Sunday, December 1, 2013

Tugas ISD ( Ilmu Sosial Dasar ) #


 Tawuran Antar Pelajar

1.  Latar Belakang Masalah
Tawuran yang sering dilakukan pada sekelompok remaja terutama oleh para pelajar seolah sudah tidak lagi menjadi pemberitaan dan pembicaraan yang asing lagi ditelinga kita. Namun yang saat ini menjadi sorotan adalah tawuran antar pelajar. Mengingat mereka adalah calon-calon penentu masa depan Negara Indonesia  ini. Tawuran seperti sudah menjadi tren. Bagaimana tidak, dari tahun ke tahun kasus tawuran meningkat jumlahnya.

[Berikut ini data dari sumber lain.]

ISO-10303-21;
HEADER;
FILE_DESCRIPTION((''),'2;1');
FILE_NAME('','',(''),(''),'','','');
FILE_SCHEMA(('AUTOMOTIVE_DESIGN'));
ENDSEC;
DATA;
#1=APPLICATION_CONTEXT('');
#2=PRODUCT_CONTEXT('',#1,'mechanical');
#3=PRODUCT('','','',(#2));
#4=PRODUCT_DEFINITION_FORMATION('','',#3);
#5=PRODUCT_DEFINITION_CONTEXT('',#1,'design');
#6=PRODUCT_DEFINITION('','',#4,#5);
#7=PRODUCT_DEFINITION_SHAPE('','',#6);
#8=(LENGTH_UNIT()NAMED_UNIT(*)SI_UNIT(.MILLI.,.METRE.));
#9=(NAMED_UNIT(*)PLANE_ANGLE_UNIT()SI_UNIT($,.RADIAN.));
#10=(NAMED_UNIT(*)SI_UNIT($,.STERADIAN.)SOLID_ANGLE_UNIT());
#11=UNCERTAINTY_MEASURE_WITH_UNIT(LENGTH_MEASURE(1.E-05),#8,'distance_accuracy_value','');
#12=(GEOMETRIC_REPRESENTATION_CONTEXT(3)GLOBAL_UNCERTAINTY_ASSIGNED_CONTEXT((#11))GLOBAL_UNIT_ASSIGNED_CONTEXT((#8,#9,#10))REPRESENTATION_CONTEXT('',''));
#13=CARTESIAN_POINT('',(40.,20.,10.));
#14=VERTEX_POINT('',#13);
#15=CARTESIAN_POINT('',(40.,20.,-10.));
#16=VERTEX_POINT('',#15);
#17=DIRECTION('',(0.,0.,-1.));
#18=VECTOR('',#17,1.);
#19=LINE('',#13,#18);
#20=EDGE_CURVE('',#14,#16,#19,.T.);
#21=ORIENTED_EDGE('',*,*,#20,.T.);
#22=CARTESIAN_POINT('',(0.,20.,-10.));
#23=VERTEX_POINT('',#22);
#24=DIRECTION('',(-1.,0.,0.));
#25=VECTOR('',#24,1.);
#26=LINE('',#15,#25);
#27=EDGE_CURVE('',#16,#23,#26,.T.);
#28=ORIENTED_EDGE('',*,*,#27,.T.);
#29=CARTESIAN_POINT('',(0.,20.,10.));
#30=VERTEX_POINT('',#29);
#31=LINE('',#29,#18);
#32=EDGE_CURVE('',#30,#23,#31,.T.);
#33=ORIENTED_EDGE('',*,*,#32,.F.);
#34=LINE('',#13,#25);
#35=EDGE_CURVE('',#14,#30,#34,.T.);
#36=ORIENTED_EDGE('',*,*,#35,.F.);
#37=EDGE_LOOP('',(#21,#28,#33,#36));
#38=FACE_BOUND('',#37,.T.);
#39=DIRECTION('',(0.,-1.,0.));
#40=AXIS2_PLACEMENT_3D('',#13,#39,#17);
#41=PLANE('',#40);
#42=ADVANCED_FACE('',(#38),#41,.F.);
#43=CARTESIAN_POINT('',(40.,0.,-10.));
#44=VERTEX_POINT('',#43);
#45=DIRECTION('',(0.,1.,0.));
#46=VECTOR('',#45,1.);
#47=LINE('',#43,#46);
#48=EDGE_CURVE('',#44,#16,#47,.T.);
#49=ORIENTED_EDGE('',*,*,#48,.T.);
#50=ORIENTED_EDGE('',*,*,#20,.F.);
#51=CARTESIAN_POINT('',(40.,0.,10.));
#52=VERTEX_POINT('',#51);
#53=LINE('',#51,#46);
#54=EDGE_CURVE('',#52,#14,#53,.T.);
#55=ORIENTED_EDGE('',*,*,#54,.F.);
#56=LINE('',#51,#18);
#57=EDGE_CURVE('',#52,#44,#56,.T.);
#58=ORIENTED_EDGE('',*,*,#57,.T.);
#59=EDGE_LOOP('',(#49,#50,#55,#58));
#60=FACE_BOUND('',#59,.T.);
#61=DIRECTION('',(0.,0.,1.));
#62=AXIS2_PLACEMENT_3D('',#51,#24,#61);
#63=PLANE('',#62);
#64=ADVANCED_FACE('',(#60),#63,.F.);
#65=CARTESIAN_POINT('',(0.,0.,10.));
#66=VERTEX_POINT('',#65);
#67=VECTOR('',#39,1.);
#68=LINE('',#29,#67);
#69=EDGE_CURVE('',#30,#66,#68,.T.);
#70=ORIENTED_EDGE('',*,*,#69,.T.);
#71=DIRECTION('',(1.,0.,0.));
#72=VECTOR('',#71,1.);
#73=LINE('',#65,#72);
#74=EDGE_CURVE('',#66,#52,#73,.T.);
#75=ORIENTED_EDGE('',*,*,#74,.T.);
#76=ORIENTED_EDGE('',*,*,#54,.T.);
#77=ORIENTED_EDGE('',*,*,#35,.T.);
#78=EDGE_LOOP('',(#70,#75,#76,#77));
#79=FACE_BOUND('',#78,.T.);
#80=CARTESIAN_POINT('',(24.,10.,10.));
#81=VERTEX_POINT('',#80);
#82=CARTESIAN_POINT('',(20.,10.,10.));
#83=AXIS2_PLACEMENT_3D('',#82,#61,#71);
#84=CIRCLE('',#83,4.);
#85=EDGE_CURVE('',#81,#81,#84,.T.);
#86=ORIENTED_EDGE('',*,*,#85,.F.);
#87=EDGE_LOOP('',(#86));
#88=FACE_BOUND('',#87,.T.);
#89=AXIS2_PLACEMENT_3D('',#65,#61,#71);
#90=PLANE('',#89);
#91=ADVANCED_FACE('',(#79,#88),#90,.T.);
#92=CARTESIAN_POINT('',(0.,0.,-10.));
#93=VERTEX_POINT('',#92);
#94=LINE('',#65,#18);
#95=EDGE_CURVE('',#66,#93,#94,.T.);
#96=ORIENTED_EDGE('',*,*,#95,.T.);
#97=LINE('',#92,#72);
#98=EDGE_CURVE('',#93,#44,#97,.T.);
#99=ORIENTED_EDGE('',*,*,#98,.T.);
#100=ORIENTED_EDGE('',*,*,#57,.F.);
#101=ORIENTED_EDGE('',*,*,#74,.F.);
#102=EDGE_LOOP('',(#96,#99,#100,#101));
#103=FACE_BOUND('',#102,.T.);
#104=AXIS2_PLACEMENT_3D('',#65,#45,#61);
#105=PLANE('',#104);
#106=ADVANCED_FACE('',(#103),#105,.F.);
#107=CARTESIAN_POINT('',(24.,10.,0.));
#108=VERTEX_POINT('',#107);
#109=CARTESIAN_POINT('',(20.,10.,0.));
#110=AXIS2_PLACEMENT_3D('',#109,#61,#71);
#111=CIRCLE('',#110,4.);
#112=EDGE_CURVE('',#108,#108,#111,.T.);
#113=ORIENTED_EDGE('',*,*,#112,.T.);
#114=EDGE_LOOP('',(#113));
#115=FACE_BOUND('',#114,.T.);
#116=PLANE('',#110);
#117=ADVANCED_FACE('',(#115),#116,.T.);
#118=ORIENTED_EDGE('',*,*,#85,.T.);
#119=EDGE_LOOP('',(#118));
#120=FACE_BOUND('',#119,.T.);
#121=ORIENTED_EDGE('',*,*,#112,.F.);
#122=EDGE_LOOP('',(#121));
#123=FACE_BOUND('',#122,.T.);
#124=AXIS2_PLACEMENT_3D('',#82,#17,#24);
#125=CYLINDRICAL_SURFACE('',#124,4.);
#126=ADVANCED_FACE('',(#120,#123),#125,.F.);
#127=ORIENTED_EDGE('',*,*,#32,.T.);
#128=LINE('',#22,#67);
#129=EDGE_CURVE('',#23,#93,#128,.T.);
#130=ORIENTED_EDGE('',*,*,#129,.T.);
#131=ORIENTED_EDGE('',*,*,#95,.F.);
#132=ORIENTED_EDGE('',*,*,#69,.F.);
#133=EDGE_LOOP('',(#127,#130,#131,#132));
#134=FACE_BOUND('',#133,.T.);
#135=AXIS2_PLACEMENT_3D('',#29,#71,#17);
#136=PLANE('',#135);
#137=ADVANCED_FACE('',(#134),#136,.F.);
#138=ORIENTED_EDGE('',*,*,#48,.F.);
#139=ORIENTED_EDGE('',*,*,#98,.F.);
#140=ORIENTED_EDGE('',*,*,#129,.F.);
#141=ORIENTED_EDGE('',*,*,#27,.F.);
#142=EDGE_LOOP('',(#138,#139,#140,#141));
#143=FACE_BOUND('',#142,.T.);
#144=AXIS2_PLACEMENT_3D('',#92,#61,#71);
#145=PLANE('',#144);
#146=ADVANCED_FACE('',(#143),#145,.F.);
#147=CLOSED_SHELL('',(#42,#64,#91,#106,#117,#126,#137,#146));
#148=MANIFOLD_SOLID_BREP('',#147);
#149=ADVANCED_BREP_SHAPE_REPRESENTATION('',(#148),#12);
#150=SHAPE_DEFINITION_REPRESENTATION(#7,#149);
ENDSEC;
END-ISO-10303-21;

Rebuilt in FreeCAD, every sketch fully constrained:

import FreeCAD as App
import Part
import Sketcher
from FreeCAD import Vector

doc = App.newDocument("Part")
params = doc.addObject("Spreadsheet::Sheet", "Params")
for row, (alias, value) in enumerate([
    ("sketch1_width", "40 mm"),
    ("sketch1_height", "20 mm"),
    ("pad1_length", "20 mm"),
    ("sketch2_diameter", "8 mm"),
], start=1):
    params.set(f"A{row}", alias)
    params.set(f"B{row}", "=" + value)
    params.setAlias(f"B{row}", alias)

body = doc.addObject("PartDesign::Body", "Body")

sketch1 = doc.addObject("Sketcher::SketchObject", "Sketch")
body.addObject(sketch1)
sketch1.AttachmentSupport = (doc.XY_Plane, [""])
sketch1.MapMode = "FlatFace"
sketch1.addGeometry([
    Part.LineSegment(Vector(0, 20, 0), Vector(0, 0, 0)),
    Part.LineSegment(Vector(0, 0, 0), Vector(40, 0, 0)),
    Part.LineSegment(Vector(40, 0, 0), Vector(40, 20, 0)),
    Part.LineSegment(Vector(40, 20, 0), Vector(0, 20, 0)),
], False)
sketch1.addConstraint([
    Sketcher.Constraint("Coincident", 0, 2, 1, 1),
    Sketcher.Constraint("Coincident", 1, 2, 2, 1),
    Sketcher.Constraint("Coincident", 2, 2, 3, 1),
    Sketcher.Constraint("Coincident", 3, 2, 0, 1),
    Sketcher.Constraint("Vertical", 0),
    Sketcher.Constraint("Horizontal", 1),
    Sketcher.Constraint("Vertical", 2),
    Sketcher.Constraint("Horizontal", 3),
    Sketcher.Constraint("Coincident", 0, 2, -1, 1),
    Sketcher.Constraint("DistanceX", 1, 1, 1, 2, 40.0),
    Sketcher.Constraint("DistanceY", 0, 2, 0, 1, 20.0),
])
sketch1.setExpression("Constraints[9]", "Params.sketch1_width")
sketch1.setExpression("Constraints[10]", "Params.sketch1_height")
pad1 = doc.addObject("PartDesign::Pad", "Pad")
body.addObject(pad1)
pad1.Profile = sketch1
pad1.setExpression("Length", "Params.pad1_length")
pad1.Midplane = True

sketch2 = doc.addObject("Sketcher::SketchObject", "Sketch001")
body.addObject(sketch2)
sketch2.AttachmentSupport = (doc.XY_Plane, [""])
sketch2.MapMode = "FlatFace"
sketch2.addGeometry(Part.Circle(Vector(20, 10, 0), Vector(0, 0, 1), 4), False)
sketch2.addConstraint([
    Sketcher.Constraint("Diameter", 0, 8.0),
    Sketcher.Constraint("DistanceX", -1, 1, 0, 3, 20.0),
    Sketcher.Constraint("DistanceY", -1, 1, 0, 3, 10.0),
])
sketch2.setExpression("Constraints[0]", "Params.sketch2_diameter")
pocket1 = doc.addObject("PartDesign::Pocket", "Pocket")
body.addObject(pocket1)
pocket1.Profile = sketch2
pocket1.Type = "ThroughAll"
pocket1.Reversed = True

doc.recompute()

Kekerasan sudah dianggap sebagai pemecah masalah yang sangat efektif yang dilakukan oleh para remaja. Hal ini seolah menjadi bukti nyata bahwa seorang yang terpelajar pun leluasa melakukan hal-hal yang bersifat anarkis, premanis, dan rimbanis. Tentu saja perilaku buruk ini tidak hanya merugikan orang yang terlibat dalam perkelahian atau tawuran itu sendiri tetapi juga merugikan orang lain yang tidak terlibat secara langsung.
Hal ini yang membuat penulis merasa tertarik mengangakat judul ini untuk memenuhi tugas #Ilmu Sosial Dasar

2. Batasan masalah
     Apa saja sebab-sebab terjadinya tawuran antar pelajar?
     Bagaimana peranana sekolah dalam menangani tawuran anak didiknya?


3. Tujuan
Adapun tujuan penulis dalam mengangkat riset ini karena penulis merasa perlu untuk menelussuri penyebab masalah dari tawuran antar pelajar, sehingga untuk kedepannya masalh seperti ini tidak terjadi lagi secara turun temurun. Tulisan ini juga bertujuan untuk memenuhi tanggung jawab penulis selaku mahasiswa, sehingga dapat memperoleh hasil penilaian yang maksimal dari Bapak Kiky selaku dosen Ilmu Sosial Dasar# pada kelas yang saya ambil.

4. Manfaat

Penulis berharap agar kedepannya tawuran antar pelajar  tidak akan terjadi lagi di Negara tercinta ini karena generasi muda inilah sang penerus bangsa.  Dalam hal ini pembinaan dan bimbingan baik dari pihak orang tua maupun sekolah harus lebih berperan aktif dalam menanggulangi aksi tawuran antar pelajar. Pada pihak orang tua harus lebih intensif dalam memberikan arahan baik yang bersifat mendidik maupun yang bersifat pengajaran mengenai nilai dan moral bagi anak. Pihak sekolah pun dalam hal ini juga tidak kalah penting peranannya dalam pendidikan karakter anak dan adapun anak berkarakter tidak sesuai dengan yang diharapkan maka kerjasama dalam perbaikan karakter siswa adalah tugas bersama. Pihak masyarakat dan pemerintah daerah pun sangat dibutuhkan peranannya dalam pengawasan di sekitar lingkungan sekolah maupun ditempat umum.